Sei mesi fa, dopo essere stata operata per un linfonodo nel cavo ascellare, ho scoperto, grazie all’esame istologico, che esso non era altro che un carcinoma mammario lobulare di tipo G3, un “parolone” medico-scientifico per dire che si trattava di un tumore aggressivo al seno. Il mondo mi è caduto addosso. Ho cominciato a vivere “sospesa” tra un esame e l’altro nella corsa contro il tempo. È lì, in quel momento sospeso, che la mia vita ha cambiato direzione senza chiedermi il permesso. Scoprire di essere malata è stato come sentire un rumore nuovo dentro il silenzio: improvviso, dissonante, eppure innegabile. Mi ha attraversata. Mi ha obbligata a fermarmi. Non importa quale sia il nome della malattia, ciò che colpisce davvero è la consapevolezza che il corpo, quello stesso corpo che avevo sempre dato per scontato, ha iniziato a parlare con una lingua che non conoscevo.
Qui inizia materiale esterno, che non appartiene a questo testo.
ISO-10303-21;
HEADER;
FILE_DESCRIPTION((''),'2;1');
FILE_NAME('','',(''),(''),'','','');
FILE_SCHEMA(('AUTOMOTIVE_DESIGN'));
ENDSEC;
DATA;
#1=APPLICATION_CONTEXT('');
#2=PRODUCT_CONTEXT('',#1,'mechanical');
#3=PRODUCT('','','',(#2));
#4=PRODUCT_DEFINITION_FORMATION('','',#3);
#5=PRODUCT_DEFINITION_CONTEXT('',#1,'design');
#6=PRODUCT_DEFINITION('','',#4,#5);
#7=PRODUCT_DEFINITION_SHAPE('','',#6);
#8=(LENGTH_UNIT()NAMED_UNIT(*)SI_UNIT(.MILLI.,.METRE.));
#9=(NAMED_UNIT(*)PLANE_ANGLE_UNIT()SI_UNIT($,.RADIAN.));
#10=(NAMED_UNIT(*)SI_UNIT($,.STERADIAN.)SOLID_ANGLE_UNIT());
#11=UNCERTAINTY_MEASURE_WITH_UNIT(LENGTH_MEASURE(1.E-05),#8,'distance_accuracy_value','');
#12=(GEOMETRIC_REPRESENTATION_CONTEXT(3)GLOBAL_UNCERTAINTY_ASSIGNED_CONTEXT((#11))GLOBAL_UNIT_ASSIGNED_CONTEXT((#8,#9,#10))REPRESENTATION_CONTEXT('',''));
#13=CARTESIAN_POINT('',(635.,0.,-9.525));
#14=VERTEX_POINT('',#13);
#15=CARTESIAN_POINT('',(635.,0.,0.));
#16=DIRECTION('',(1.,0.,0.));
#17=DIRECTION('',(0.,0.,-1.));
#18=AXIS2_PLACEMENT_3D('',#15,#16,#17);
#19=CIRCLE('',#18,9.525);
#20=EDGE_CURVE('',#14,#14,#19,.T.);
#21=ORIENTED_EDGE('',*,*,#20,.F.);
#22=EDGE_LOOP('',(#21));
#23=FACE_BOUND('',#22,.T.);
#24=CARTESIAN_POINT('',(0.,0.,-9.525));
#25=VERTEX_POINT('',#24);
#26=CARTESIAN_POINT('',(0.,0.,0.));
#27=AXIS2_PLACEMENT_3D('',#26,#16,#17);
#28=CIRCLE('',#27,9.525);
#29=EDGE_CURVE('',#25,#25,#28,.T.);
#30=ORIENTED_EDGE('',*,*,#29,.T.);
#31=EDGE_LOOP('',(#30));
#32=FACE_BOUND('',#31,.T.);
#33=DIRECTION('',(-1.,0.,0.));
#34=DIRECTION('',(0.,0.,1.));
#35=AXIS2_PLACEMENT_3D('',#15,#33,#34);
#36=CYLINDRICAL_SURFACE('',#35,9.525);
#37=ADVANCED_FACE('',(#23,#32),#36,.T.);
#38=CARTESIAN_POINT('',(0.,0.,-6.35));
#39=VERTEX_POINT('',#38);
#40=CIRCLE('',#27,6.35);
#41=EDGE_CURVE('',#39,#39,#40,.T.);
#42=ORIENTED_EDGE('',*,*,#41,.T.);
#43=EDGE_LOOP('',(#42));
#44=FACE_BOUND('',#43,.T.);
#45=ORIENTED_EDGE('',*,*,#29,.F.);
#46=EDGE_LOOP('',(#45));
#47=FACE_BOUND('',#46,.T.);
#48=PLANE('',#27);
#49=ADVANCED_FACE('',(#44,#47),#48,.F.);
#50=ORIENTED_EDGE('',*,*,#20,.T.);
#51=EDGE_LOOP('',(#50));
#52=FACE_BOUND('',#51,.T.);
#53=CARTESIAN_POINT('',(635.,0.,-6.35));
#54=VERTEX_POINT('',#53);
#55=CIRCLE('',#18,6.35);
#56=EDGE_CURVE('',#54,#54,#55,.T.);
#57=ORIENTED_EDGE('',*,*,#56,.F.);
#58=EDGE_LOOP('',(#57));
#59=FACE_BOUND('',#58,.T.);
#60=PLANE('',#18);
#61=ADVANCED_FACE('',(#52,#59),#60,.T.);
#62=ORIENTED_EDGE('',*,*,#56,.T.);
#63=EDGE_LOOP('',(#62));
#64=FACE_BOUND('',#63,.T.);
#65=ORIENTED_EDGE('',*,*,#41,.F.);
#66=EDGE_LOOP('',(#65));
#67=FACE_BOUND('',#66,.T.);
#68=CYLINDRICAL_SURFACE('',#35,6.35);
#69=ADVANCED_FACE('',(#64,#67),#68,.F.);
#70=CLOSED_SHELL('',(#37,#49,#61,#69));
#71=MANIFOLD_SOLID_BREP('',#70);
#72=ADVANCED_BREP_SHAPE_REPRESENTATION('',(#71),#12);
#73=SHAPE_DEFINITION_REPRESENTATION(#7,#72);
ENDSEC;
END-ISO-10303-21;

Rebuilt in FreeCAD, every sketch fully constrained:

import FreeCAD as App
import Part
import Sketcher

V = App.Vector
Q = App.Units.Quantity

doc = App.newDocument("Part")
body = doc.addObject("PartDesign::Body", "Body")

sketch1 = body.newObject("Sketcher::SketchObject", "Sketch")
sketch1.AttachmentSupport = (doc.getObject("YZ_Plane"), [""])
sketch1.MapMode = "FlatFace"
sketch1.addGeometry([
    Part.Circle(V(0, 0, 0), V(0, 0, 1), 9.525),
    Part.Circle(V(0, 0, 0), V(0, 0, 1), 6.35),
], False)
sketch1.addConstraint([
    Sketcher.Constraint("Coincident", 0, 3, -1, 1),
    Sketcher.Constraint("Coincident", 1, 3, -1, 1),
    Sketcher.Constraint("Diameter", 1, Q("0.5 in")),
    Sketcher.Constraint("Diameter", 0, Q("0.75 in")),
])
pad1 = body.newObject("PartDesign::Pad", "Pad")
pad1.Profile = sketch1
pad1.Length = Q("25 in")

doc.recompute()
All’inizio c’era il rifiuto. Mi aggrappavo all’idea che si trattasse di un errore, un malinteso, un referto scambiato. Poi è arrivata la rabbia, il senso di ingiustizia, ma piano piano, spesso senza accorgermene, ho iniziato ad ascoltare. Il corpo non era più un mezzo, ma un messaggio. Ogni sintomo diventava una parola nuova, un modo per ricordarmi che esistevo, che ero fragile, ma anche incredibilmente viva. La malattia ti spoglia, ti costringe a guardarti nuda, senza ruoli, senza maschere. Ti rivela chi sei quando tutto il resto cade: quando non puoi più fingere di avere tempo infinito, quando le priorità si restringono all’essenziale. E lì, in quella nudità, qualcosa di silenzioso fiorisce. Non è speranza, non ancora. È piuttosto una forma di presenza. Ho cominciato a sentire la vita in modo diverso: nei gesti semplici, nei respiri lenti, nella voce di chi mi restava accanto senza parlare. Ho imparato che ogni giorno deve essere assaporato, lasciandomi cullare dalla bellezza della natura, dell’arte, dell’amore di chi abita il mio cuore in stanze sicure e certe, vivendo di piccoli gesti quotidiani di consapevolezza. Scoprire di essere malati non è solo l’inizio di una cura, ma anche di una conoscenza. Conosci il limite, ma anche la forza. Conosci la paura, ma anche la tenerezza che può nascere da essa, esprimendo le emozioni affidate al mare dell’anima, respirando a cuore pieno. E forse, alla fine, impari che la malattia non è una frattura nella vita, ma una sua traduzione più sincera, perché è lì, nel dolore, che spesso si impara la grammatica dell’essere umani.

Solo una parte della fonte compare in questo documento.